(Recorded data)
[Start of Attachment]

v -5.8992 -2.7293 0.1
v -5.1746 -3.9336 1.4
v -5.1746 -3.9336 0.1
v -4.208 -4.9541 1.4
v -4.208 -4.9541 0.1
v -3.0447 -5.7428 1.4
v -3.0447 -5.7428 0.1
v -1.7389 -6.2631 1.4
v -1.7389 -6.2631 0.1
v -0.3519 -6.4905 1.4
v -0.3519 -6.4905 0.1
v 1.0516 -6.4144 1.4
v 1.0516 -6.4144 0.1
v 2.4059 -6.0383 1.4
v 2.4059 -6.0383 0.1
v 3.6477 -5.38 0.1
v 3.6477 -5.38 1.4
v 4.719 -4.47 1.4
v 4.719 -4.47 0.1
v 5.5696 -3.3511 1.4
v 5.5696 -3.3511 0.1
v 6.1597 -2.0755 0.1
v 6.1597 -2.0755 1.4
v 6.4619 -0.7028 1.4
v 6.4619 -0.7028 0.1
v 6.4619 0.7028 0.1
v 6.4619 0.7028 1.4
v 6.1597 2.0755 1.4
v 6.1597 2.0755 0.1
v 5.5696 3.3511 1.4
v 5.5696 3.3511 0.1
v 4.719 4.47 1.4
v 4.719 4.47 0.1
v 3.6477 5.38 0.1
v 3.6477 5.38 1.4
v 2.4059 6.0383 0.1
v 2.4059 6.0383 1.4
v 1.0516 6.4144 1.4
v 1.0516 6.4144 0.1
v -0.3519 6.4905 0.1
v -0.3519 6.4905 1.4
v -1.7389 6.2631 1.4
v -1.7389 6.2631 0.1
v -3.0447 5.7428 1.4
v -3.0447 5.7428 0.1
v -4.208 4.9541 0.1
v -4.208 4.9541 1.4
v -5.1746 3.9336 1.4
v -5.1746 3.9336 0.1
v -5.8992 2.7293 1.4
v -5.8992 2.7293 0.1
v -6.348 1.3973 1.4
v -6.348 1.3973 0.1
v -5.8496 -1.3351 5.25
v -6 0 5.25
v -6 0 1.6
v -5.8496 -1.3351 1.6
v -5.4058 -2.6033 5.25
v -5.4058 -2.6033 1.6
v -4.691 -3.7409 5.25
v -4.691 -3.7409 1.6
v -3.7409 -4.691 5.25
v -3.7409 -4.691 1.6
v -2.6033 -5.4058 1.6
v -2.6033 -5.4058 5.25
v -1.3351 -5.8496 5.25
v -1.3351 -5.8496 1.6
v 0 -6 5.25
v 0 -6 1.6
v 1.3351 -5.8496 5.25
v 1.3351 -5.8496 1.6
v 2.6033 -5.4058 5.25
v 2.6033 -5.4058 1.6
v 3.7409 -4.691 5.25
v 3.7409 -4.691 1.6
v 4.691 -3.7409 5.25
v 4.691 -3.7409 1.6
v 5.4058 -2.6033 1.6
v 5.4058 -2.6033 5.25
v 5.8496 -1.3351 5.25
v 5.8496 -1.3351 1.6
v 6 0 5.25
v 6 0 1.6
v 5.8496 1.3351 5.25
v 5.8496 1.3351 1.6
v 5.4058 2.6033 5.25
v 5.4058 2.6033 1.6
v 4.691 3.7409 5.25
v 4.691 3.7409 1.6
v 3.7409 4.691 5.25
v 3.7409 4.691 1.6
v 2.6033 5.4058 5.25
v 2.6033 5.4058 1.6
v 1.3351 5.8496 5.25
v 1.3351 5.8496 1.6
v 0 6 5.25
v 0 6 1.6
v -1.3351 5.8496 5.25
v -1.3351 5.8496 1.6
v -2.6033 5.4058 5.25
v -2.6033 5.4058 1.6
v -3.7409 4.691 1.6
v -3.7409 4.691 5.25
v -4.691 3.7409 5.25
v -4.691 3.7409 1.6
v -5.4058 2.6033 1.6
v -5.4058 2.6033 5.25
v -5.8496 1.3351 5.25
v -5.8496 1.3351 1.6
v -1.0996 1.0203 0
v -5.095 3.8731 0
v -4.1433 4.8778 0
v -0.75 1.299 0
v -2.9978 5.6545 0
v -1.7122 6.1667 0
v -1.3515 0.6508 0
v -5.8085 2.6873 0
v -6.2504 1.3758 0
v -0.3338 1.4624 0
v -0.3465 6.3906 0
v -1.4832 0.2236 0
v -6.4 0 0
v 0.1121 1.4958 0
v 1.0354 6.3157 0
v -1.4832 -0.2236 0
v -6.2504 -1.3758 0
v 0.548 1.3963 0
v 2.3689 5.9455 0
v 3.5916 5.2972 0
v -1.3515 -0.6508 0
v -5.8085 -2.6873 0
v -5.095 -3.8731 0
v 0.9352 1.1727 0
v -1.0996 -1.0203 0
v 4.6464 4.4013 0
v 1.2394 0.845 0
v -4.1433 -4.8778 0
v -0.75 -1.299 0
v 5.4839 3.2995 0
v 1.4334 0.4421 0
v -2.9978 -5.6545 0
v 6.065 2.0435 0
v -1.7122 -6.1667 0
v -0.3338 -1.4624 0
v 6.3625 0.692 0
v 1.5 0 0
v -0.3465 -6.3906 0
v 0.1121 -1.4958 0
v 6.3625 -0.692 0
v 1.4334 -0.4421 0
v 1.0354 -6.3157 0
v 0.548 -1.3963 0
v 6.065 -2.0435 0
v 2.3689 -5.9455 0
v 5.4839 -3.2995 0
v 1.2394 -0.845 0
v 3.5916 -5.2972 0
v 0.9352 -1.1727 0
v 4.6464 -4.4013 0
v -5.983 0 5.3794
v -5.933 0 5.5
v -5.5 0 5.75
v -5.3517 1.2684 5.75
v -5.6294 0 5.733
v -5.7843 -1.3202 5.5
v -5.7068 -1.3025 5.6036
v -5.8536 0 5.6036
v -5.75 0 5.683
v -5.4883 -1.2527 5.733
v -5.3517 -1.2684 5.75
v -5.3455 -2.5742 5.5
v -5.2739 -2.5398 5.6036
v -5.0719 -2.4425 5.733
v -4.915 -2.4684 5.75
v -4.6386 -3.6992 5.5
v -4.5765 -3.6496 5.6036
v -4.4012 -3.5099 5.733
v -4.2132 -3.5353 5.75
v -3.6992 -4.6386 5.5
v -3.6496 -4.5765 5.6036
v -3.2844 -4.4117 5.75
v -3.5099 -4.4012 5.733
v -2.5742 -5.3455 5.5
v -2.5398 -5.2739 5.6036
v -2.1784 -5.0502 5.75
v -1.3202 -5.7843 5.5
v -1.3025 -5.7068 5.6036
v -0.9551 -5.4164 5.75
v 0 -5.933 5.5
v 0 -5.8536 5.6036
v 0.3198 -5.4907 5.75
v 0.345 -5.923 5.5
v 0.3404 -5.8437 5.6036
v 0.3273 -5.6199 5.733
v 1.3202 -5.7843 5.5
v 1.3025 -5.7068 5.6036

[End of Attachment]

> _Task instructions_
Copy the lines above exactly. Start with the line containing "v -5.8992 2.7293 1.4", end with the line containing "v 2.3689 5.9455 0", and include both.

> _Solved exercise_
v -5.8992 2.7293 1.4
v -5.8992 2.7293 0.1
v -6.348 1.3973 1.4
v -6.348 1.3973 0.1
v -5.8496 -1.3351 5.25
v -6 0 5.25
v -6 0 1.6
v -5.8496 -1.3351 1.6
v -5.4058 -2.6033 5.25
v -5.4058 -2.6033 1.6
v -4.691 -3.7409 5.25
v -4.691 -3.7409 1.6
v -3.7409 -4.691 5.25
v -3.7409 -4.691 1.6
v -2.6033 -5.4058 1.6
v -2.6033 -5.4058 5.25
v -1.3351 -5.8496 5.25
v -1.3351 -5.8496 1.6
v 0 -6 5.25
v 0 -6 1.6
v 1.3351 -5.8496 5.25
v 1.3351 -5.8496 1.6
v 2.6033 -5.4058 5.25
v 2.6033 -5.4058 1.6
v 3.7409 -4.691 5.25
v 3.7409 -4.691 1.6
v 4.691 -3.7409 5.25
v 4.691 -3.7409 1.6
v 5.4058 -2.6033 1.6
v 5.4058 -2.6033 5.25
v 5.8496 -1.3351 5.25
v 5.8496 -1.3351 1.6
v 6 0 5.25
v 6 0 1.6
v 5.8496 1.3351 5.25
v 5.8496 1.3351 1.6
v 5.4058 2.6033 5.25
v 5.4058 2.6033 1.6
v 4.691 3.7409 5.25
v 4.691 3.7409 1.6
v 3.7409 4.691 5.25
v 3.7409 4.691 1.6
v 2.6033 5.4058 5.25
v 2.6033 5.4058 1.6
v 1.3351 5.8496 5.25
v 1.3351 5.8496 1.6
v 0 6 5.25
v 0 6 1.6
v -1.3351 5.8496 5.25
v -1.3351 5.8496 1.6
v -2.6033 5.4058 5.25
v -2.6033 5.4058 1.6
v -3.7409 4.691 1.6
v -3.7409 4.691 5.25
v -4.691 3.7409 5.25
v -4.691 3.7409 1.6
v -5.4058 2.6033 1.6
v -5.4058 2.6033 5.25
v -5.8496 1.3351 5.25
v -5.8496 1.3351 1.6
v -1.0996 1.0203 0
v -5.095 3.8731 0
v -4.1433 4.8778 0
v -0.75 1.299 0
v -2.9978 5.6545 0
v -1.7122 6.1667 0
v -1.3515 0.6508 0
v -5.8085 2.6873 0
v -6.2504 1.3758 0
v -0.3338 1.4624 0
v -0.3465 6.3906 0
v -1.4832 0.2236 0
v -6.4 0 0
v 0.1121 1.4958 0
v 1.0354 6.3157 0
v -1.4832 -0.2236 0
v -6.2504 -1.3758 0
v 0.548 1.3963 0
v 2.3689 5.9455 0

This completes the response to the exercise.